ABOUT THIS EXERCISE:
With the line containing "f 645 380 385" as the start and the line containing "f 623 437 365" as the end, transcribe that span of the entries below exactly, including both.

RECORDS TO PROCESS:
+ + + + +

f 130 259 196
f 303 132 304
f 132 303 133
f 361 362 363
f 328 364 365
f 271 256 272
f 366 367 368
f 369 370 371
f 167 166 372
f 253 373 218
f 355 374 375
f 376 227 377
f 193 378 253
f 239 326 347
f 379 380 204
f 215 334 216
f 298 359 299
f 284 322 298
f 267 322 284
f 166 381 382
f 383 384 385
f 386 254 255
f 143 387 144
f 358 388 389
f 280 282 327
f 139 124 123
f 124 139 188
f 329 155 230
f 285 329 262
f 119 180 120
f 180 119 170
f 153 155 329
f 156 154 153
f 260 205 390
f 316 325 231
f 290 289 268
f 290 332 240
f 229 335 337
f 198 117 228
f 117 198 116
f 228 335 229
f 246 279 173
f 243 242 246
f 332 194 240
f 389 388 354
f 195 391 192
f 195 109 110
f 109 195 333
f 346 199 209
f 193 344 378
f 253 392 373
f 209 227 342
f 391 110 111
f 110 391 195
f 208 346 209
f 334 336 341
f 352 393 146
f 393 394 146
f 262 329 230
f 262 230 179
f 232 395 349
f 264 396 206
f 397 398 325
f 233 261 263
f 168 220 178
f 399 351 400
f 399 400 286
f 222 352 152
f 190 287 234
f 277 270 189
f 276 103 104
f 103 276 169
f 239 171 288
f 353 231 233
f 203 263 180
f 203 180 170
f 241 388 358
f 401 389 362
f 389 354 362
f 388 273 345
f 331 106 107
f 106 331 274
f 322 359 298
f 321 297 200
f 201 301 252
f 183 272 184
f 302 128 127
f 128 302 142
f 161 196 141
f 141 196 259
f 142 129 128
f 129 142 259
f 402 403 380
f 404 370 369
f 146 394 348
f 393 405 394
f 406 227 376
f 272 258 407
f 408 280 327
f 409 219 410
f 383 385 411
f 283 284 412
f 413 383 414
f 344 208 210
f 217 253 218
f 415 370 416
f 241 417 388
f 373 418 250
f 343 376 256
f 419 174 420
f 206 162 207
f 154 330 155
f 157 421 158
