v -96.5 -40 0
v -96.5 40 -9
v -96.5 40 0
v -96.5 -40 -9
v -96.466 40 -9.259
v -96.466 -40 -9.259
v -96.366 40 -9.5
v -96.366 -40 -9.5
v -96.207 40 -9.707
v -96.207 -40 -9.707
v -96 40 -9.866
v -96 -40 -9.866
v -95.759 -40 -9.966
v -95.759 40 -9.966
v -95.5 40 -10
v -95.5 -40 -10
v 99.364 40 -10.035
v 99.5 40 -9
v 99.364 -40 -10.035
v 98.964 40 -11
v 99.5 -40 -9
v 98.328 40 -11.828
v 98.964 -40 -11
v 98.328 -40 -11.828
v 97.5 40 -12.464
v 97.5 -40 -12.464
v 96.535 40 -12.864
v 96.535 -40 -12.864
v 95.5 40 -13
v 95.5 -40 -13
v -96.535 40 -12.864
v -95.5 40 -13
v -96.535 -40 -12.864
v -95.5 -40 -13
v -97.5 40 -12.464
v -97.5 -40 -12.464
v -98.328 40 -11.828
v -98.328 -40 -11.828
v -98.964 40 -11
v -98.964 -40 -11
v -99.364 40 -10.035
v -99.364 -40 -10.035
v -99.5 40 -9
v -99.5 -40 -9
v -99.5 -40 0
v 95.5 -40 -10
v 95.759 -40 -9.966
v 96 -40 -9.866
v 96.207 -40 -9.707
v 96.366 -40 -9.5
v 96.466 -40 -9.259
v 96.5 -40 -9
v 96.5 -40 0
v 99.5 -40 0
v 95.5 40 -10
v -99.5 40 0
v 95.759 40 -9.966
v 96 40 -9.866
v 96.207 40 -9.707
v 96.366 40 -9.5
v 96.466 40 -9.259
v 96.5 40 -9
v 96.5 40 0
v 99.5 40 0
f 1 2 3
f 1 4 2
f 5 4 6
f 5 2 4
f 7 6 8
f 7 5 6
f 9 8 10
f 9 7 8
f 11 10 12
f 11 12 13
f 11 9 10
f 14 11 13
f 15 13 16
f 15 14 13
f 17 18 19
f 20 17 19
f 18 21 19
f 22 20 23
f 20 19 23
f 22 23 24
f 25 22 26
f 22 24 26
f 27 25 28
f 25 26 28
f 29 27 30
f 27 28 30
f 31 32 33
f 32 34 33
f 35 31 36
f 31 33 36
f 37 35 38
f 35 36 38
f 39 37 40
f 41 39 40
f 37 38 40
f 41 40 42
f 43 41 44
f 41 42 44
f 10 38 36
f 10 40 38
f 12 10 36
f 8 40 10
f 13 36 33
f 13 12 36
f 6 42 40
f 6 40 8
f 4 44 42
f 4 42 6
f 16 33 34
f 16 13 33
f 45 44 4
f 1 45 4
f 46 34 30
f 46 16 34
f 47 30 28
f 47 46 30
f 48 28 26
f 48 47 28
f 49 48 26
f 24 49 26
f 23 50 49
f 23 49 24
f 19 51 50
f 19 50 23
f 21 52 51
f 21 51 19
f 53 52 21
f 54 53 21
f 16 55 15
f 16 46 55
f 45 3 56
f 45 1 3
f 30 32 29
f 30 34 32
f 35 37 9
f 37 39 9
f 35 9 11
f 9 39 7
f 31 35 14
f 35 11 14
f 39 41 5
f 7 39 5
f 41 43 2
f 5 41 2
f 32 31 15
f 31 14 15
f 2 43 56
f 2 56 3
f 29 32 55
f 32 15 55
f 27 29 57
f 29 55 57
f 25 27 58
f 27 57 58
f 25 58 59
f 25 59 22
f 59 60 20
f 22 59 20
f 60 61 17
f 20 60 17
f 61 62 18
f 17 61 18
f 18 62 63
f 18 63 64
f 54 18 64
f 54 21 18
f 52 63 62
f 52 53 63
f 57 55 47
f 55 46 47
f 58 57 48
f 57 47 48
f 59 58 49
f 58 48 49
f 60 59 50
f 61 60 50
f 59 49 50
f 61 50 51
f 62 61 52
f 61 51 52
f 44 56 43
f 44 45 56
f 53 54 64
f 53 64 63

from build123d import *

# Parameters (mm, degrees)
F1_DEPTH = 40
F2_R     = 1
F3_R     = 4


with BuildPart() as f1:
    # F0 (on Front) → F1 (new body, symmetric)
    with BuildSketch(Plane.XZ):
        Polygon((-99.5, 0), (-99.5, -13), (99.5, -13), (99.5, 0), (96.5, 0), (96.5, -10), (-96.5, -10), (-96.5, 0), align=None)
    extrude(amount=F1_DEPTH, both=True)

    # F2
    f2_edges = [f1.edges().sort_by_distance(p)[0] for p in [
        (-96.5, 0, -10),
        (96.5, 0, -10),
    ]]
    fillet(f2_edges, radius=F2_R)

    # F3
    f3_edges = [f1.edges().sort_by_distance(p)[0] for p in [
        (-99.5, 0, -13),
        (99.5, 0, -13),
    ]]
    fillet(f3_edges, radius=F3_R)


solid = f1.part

+ + + + +

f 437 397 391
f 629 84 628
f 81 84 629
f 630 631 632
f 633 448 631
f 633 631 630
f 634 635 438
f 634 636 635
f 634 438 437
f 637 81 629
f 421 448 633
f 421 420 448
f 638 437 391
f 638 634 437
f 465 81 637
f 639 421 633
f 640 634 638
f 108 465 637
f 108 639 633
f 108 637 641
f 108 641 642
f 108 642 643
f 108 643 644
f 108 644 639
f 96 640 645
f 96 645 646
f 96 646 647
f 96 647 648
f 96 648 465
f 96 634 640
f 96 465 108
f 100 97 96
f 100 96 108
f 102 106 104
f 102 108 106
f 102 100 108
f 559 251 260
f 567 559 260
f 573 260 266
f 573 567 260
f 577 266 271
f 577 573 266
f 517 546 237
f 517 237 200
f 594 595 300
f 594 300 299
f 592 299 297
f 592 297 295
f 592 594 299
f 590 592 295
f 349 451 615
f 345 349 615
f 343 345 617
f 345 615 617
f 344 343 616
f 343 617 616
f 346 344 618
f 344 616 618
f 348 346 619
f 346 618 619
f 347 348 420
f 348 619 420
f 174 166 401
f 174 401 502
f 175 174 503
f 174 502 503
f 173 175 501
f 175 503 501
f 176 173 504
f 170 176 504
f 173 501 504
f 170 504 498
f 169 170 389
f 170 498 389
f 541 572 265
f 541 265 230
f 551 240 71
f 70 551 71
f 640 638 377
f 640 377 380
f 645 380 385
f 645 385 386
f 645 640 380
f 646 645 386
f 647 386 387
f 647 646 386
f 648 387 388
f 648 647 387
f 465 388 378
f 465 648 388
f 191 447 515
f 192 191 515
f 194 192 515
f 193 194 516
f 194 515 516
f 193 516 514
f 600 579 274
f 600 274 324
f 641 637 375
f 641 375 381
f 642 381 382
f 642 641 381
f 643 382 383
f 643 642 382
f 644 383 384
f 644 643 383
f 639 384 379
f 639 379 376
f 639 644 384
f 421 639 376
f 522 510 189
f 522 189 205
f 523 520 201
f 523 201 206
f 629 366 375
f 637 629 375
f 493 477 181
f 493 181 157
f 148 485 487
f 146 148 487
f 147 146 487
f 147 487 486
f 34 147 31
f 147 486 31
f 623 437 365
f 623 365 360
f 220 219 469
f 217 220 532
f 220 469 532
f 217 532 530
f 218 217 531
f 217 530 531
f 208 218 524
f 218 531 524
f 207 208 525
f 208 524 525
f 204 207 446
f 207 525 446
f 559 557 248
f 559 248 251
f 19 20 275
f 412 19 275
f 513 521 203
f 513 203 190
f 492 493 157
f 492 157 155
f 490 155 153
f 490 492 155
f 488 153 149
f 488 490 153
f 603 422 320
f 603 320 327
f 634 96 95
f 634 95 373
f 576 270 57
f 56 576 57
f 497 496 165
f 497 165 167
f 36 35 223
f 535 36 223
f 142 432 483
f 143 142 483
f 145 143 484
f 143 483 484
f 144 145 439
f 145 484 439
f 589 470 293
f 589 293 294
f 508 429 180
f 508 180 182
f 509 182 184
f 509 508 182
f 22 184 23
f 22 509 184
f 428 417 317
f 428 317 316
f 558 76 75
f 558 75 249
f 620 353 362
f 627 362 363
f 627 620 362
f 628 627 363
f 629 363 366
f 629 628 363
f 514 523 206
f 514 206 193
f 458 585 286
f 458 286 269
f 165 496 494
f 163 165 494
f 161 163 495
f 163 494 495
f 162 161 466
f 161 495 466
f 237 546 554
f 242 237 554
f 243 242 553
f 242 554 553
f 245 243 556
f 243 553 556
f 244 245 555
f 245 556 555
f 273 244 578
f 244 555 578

+ + + + +

SOLVED PROBLEM:
f 645 380 385
f 645 385 386
f 645 640 380
f 646 645 386
f 647 386 387
f 647 646 386
f 648 387 388
f 648 647 387
f 465 388 378
f 465 648 388
f 191 447 515
f 192 191 515
f 194 192 515
f 193 194 516
f 194 515 516
f 193 516 514
f 600 579 274
f 600 274 324
f 641 637 375
f 641 375 381
f 642 381 382
f 642 641 381
f 643 382 383
f 643 642 382
f 644 383 384
f 644 643 383
f 639 384 379
f 639 379 376
f 639 644 384
f 421 639 376
f 522 510 189
f 522 189 205
f 523 520 201
f 523 201 206
f 629 366 375
f 637 629 375
f 493 477 181
f 493 181 157
f 148 485 487
f 146 148 487
f 147 146 487
f 147 487 486
f 34 147 31
f 147 486 31
f 623 437 365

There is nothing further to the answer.